Grain boundary and bulk conductivities of SOFC-electrolytes and electroceramic materials
Scientific supervisor: Wolfgang Preis
- Introduction:
The electrical properties of solid electrolytes for SOFCs as well as numerous electroceramic materials, e.g. for PTC (positive temperature coefficient) resistors and varistors, are determined by both the bulk (grains) and the grain boundaries. The function of semiconducting PTC ceramics and varistors is predominantly given by high grain boundary resistivities which are caused by the formation of Schottky barriers. The ohmic resistance of oxygen ion conductors, such as solid electrolytes for SOFCs, consists of contributions of grains (bulk) as well as usually blocking grain boundaries. An essential aspect of the research activities at the Chair of Physical Chemistry is the determination of bulk and grain boundary conductivities of electrolyte materials (Gd-doped ceria and scandia-stabilized zirconia co-doped with Ce and Y) as well as n-conducting BaTiO3 ceramics as a function of temperature and oxygen partial pressure. These experimental data are an essential requirement for the development of defect chemical models for the bulk of solid electrolytes and grain boundary regions in PTC ceramics, respectively.
- Measurement set-up:
Measurement set-up: Impedance spectroscopy in a wide temperature (room temperature – 900°C) and oxygen partial pressure (1 – 10-25 bar) range.
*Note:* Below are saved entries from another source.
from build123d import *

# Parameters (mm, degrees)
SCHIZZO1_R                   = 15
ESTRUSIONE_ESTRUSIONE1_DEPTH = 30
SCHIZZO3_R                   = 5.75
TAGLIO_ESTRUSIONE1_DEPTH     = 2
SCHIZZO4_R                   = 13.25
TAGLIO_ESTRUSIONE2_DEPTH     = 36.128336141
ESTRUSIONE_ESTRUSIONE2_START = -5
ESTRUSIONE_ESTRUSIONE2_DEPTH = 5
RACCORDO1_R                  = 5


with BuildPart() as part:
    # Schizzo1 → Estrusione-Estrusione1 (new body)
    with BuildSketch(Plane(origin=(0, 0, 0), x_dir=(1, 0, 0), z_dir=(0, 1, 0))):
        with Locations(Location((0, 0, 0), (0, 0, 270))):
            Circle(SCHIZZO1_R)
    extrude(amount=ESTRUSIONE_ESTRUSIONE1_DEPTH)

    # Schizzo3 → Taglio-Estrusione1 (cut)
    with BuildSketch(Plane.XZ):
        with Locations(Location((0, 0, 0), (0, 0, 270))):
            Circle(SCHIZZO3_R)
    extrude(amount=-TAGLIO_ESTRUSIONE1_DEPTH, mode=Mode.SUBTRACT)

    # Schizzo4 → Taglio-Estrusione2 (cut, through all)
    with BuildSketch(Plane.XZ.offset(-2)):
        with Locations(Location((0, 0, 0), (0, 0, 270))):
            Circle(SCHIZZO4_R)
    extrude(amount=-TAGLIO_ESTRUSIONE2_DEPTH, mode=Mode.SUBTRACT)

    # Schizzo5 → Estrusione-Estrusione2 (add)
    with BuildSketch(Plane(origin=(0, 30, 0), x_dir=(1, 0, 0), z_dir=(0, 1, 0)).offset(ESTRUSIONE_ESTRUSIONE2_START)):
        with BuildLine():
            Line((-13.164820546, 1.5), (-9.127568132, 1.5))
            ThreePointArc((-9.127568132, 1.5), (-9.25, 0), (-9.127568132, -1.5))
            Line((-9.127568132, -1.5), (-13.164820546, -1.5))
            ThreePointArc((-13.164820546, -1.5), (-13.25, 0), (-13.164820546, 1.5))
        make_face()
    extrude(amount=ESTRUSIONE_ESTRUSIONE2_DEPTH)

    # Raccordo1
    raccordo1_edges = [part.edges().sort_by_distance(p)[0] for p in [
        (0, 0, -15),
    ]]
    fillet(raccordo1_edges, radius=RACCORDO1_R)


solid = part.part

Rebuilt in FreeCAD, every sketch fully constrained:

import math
import FreeCAD as App
import Part
import Sketcher

V = App.Vector


def edges_at(feature, points):
    """Names of the edges that pass closest to the given points."""
    edges = feature.Shape.Edges
    near = lambda p: min(range(len(edges)), key=lambda i: edges[i].distToShape(Part.Vertex(*p))[0])
    return sorted({f"Edge{near(p) + 1}" for p in points})

doc = App.newDocument("Part")
body = doc.addObject("PartDesign::Body", "Body")

sketch1 = doc.addObject("Sketcher::SketchObject", "Sketch")
body.addObject(sketch1)
sketch1.AttachmentSupport = (doc.XZ_Plane, [""])
sketch1.MapMode = "FlatFace"
sketch1.addGeometry(Part.Circle(V(0, 0, 0), V(0, 0, 1), 15), False)
sketch1.addConstraint(Sketcher.Constraint("Coincident", 0, 3, -1, 1))
sketch1.addConstraint(Sketcher.Constraint("Diameter", 0, 30.0))
pad1 = doc.addObject("PartDesign::Pad", "Pad")
body.addObject(pad1)
pad1.Profile = sketch1
pad1.Length = 30
pad1.Reversed = True

sketch2 = doc.addObject("Sketcher::SketchObject", "Sketch001")
body.addObject(sketch2)
sketch2.AttachmentSupport = (doc.XZ_Plane, [""])
sketch2.MapMode = "FlatFace"
sketch2.addGeometry(Part.Circle(V(0, 0, 0), V(0, 0, 1), 5.75), False)
sketch2.addConstraint(Sketcher.Constraint("Coincident", 0, 3, -1, 1))
sketch2.addConstraint(Sketcher.Constraint("Diameter", 0, 11.5))
pocket1 = doc.addObject("PartDesign::Pocket", "Pocket")
body.addObject(pocket1)
pocket1.Profile = sketch2
pocket1.Length = 2

sketch3 = doc.addObject("Sketcher::SketchObject", "Sketch002")
body.addObject(sketch3)
sketch3.AttachmentSupport = (doc.XZ_Plane, [""])
sketch3.MapMode = "FlatFace"
sketch3.AttachmentOffset = App.Placement(V(0, 0, -2), App.Rotation())
sketch3.addGeometry(Part.Circle(V(0, 0, 0), V(0, 0, 1), 13.25), False)
sketch3.addConstraint(Sketcher.Constraint("Coincident", 0, 3, -1, 1))
sketch3.addConstraint(Sketcher.Constraint("Diameter", 0, 26.5))
pocket2 = doc.addObject("PartDesign::Pocket", "Pocket001")
body.addObject(pocket2)
pocket2.Profile = sketch3
pocket2.Type = "ThroughAll"

sketch4 = doc.addObject("Sketcher::SketchObject", "Sketch003")
body.addObject(sketch4)
sketch4.AttachmentSupport = (doc.XZ_Plane, [""])
sketch4.MapMode = "FlatFace"
sketch4.AttachmentOffset = App.Placement(V(0, 0, -25), App.Rotation())
sketch4.addGeometry(Part.LineSegment(V(-9.127568, -1.5, 0), V(-13.164821, -1.5, 0)), False)
sketch4.addGeometry(Part.ArcOfCircle(Part.Circle(V(0, 0, 0), V(0, 0, 1), 13.25), math.radians(173.49975), math.radians(186.50025)), False)
sketch4.addGeometry(Part.LineSegment(V(-13.164821, 1.5, 0), V(-9.127568, 1.5, 0)), False)
sketch4.addGeometry(Part.ArcOfCircle(Part.Circle(V(0, 0, 0), V(0, 0, 1), 9.25), math.radians(170.667582), math.radians(189.332418)), False)
sketch4.addConstraint(Sketcher.Constraint("Coincident", 0, 2, 1, 2))
sketch4.addConstraint(Sketcher.Constraint("Coincident", 1, 1, 2, 1))
sketch4.addConstraint(Sketcher.Constraint("Coincident", 2, 2, 3, 1))
sketch4.addConstraint(Sketcher.Constraint("Coincident", 3, 2, 0, 1))
sketch4.addConstraint(Sketcher.Constraint("Horizontal", 0))
sketch4.addConstraint(Sketcher.Constraint("Horizontal", 2))
sketch4.addConstraint(Sketcher.Constraint("Coincident", 1, 3, -1, 1))
sketch4.addConstraint(Sketcher.Constraint("Coincident", 3, 3, -1, 1))
sketch4.addConstraint(Sketcher.Constraint("Vertical", 0, 2, 1, 1))
sketch4.addConstraint(Sketcher.Constraint("Radius", 1, 13.25))
sketch4.addConstraint(Sketcher.Constraint("Radius", 3, 9.25))
sketch4.addConstraint(Sketcher.Constraint("DistanceY", 0, 2, 1, 1, 3.0))
pad2 = doc.addObject("PartDesign::Pad", "Pad001")
body.addObject(pad2)
pad2.Profile = sketch4
pad2.Length = 5
pad2.Reversed = True
doc.recompute()

fillet = doc.addObject("PartDesign::Fillet", "Fillet")
body.addObject(fillet)
fillet.Base = (pad2, edges_at(pad2, [(0, 0, -15)]))
fillet.Radius = 5

doc.recompute()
The oxygen partial pressure is varied by means of appropriate gas mixtures and an electrochemical oxygen pump. Besides ac measurements a 4-point dc technique according to van der Pauw is likewise applied.
- Method:
It is the aim to study the electrical properties as a function of temperature and oxygen partial pressure in order to gain a sound understanding of the defect chemistry of the investigated materials. The bulk and grain boundary resistances are determined by fitting appropriate equivalent circuits to the experimental impedance spectra (frequency range: usually 10 mHz – 10 MHz). The activation energies for the transport of electronic or ionic charge carriers in the grains and the grain boundaries are obtained from the temperature dependence of the respective conductivities. In addition, thermal analysis (thermogravimetry, dilatometry, and differential scanning calorimetry) is performed and the microstructure is investigated by SEM/EDX.